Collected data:
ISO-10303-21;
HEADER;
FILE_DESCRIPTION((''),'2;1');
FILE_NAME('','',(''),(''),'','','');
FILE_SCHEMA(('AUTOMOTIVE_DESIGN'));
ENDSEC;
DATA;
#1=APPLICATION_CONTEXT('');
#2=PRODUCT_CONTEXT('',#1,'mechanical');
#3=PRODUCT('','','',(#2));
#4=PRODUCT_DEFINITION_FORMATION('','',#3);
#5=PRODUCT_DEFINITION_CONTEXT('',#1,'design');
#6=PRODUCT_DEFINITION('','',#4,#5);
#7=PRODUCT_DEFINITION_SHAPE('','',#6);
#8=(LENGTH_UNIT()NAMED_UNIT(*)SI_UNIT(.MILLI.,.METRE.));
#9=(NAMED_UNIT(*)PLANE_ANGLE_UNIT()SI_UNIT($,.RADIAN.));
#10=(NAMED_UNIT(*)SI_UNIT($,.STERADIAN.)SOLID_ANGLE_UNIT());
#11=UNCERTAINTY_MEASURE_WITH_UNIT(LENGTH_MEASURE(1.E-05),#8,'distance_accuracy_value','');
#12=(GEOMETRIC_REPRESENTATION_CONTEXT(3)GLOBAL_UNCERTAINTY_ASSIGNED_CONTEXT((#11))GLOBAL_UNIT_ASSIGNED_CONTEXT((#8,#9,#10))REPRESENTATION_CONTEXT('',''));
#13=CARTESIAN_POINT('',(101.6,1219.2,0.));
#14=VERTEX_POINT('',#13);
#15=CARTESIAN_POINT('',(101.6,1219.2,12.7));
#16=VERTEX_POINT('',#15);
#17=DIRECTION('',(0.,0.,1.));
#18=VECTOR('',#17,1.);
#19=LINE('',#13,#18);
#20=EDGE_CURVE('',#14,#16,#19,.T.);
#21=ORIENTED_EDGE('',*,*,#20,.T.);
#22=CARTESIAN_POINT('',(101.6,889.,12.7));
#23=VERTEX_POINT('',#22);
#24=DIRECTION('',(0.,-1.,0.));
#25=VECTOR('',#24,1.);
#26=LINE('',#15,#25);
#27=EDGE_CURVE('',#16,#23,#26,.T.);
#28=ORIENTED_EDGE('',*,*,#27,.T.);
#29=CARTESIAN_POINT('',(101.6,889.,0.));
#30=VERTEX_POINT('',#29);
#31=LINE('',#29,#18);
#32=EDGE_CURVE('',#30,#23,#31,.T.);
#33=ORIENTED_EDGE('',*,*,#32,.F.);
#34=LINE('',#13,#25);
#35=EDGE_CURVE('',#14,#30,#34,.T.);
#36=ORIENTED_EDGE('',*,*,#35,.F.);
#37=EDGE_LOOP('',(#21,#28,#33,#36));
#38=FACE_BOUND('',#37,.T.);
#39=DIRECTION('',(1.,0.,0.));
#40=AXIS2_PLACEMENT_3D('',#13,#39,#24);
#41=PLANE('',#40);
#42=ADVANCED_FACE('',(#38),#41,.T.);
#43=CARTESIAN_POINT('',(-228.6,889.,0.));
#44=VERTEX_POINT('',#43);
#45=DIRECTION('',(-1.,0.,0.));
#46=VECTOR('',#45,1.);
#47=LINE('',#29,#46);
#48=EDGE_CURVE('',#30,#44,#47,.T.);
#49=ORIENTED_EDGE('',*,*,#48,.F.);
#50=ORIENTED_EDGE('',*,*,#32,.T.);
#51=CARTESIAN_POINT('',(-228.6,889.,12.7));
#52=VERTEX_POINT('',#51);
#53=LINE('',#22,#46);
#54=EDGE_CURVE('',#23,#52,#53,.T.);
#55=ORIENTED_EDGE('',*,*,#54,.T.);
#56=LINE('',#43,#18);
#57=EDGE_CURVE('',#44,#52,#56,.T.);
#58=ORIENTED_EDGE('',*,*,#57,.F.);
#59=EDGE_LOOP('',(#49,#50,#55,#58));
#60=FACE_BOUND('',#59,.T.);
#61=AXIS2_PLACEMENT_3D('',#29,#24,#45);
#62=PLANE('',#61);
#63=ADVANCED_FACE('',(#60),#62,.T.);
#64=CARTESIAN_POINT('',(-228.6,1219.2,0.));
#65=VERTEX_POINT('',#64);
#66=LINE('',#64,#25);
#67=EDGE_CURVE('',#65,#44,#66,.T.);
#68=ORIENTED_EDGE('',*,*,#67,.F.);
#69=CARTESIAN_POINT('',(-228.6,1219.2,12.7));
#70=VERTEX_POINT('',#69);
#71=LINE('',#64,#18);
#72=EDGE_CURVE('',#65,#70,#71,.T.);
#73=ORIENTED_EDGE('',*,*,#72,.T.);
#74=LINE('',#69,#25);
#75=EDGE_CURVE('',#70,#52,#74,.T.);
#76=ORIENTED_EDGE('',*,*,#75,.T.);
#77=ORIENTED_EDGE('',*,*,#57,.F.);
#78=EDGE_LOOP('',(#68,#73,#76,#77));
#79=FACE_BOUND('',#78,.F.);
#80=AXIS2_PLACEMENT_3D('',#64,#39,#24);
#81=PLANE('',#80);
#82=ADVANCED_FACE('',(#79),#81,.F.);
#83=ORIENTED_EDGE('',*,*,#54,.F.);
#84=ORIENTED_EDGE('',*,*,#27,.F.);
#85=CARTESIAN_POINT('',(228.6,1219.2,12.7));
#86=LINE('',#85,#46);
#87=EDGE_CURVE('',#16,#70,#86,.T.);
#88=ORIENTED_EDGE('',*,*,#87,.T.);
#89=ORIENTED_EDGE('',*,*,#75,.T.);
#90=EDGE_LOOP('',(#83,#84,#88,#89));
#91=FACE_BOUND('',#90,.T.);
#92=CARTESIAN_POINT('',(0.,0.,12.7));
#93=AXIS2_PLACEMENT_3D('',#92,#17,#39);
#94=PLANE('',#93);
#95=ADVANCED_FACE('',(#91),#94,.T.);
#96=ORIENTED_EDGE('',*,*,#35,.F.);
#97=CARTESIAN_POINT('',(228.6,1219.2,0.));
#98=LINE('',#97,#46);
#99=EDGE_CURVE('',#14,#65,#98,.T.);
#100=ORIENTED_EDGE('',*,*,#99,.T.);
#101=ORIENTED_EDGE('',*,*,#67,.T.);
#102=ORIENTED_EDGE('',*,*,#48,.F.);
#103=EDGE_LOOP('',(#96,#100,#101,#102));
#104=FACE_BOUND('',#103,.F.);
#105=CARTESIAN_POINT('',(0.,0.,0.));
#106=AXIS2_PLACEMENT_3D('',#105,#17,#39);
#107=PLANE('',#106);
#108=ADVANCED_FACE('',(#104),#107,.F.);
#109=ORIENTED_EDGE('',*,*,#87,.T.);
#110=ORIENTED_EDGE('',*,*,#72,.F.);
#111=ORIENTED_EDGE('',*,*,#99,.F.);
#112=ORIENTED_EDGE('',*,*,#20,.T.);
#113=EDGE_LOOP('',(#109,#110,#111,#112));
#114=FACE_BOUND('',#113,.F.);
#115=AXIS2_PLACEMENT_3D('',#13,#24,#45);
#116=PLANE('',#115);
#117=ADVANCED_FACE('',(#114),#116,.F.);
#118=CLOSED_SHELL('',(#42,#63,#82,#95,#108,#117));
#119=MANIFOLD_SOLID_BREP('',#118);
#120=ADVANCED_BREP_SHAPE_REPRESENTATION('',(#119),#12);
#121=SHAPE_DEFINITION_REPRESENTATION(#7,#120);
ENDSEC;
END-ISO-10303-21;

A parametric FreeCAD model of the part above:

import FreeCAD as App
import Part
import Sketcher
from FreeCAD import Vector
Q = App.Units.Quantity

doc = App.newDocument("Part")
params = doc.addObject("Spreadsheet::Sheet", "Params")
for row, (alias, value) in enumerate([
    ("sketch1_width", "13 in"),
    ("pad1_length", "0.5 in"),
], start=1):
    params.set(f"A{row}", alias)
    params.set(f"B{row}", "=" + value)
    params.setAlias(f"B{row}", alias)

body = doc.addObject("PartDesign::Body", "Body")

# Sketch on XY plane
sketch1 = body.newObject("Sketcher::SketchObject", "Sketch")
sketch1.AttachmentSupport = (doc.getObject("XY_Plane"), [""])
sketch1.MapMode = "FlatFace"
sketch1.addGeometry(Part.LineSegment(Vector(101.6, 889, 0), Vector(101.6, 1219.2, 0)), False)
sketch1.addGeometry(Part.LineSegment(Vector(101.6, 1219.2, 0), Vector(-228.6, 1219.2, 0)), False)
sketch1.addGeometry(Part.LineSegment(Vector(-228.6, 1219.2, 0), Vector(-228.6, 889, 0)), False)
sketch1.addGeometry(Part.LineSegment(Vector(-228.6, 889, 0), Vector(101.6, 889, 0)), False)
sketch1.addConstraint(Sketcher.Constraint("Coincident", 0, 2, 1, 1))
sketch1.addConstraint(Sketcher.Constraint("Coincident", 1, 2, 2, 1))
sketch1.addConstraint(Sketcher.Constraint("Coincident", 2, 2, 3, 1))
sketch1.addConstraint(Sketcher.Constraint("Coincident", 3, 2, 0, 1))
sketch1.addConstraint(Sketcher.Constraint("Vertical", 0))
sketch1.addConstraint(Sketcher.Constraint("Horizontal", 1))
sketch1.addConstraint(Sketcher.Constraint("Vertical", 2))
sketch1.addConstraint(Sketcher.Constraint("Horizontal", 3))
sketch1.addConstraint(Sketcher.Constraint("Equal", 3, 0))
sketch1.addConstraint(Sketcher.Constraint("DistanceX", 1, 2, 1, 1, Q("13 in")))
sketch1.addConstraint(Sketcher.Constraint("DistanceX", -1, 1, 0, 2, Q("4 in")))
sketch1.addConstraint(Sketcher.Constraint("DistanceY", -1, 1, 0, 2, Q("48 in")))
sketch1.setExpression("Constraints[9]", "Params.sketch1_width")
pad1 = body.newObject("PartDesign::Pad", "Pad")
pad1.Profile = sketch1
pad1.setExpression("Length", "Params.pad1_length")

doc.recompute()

● **EXERCISE DESCRIPTION**
Copy the records above exactly, please, but only from the first line through the line containing "#4=PRODUCT_DEFINITION_FORMATION('','',#3);".

● **THE ANSWER**
ISO-10303-21;
HEADER;
FILE_DESCRIPTION((''),'2;1');
FILE_NAME('','',(''),(''),'','','');
FILE_SCHEMA(('AUTOMOTIVE_DESIGN'));
ENDSEC;
DATA;
#1=APPLICATION_CONTEXT('');
#2=PRODUCT_CONTEXT('',#1,'mechanical');
#3=PRODUCT('','','',(#2));
#4=PRODUCT_DEFINITION_FORMATION('','',#3);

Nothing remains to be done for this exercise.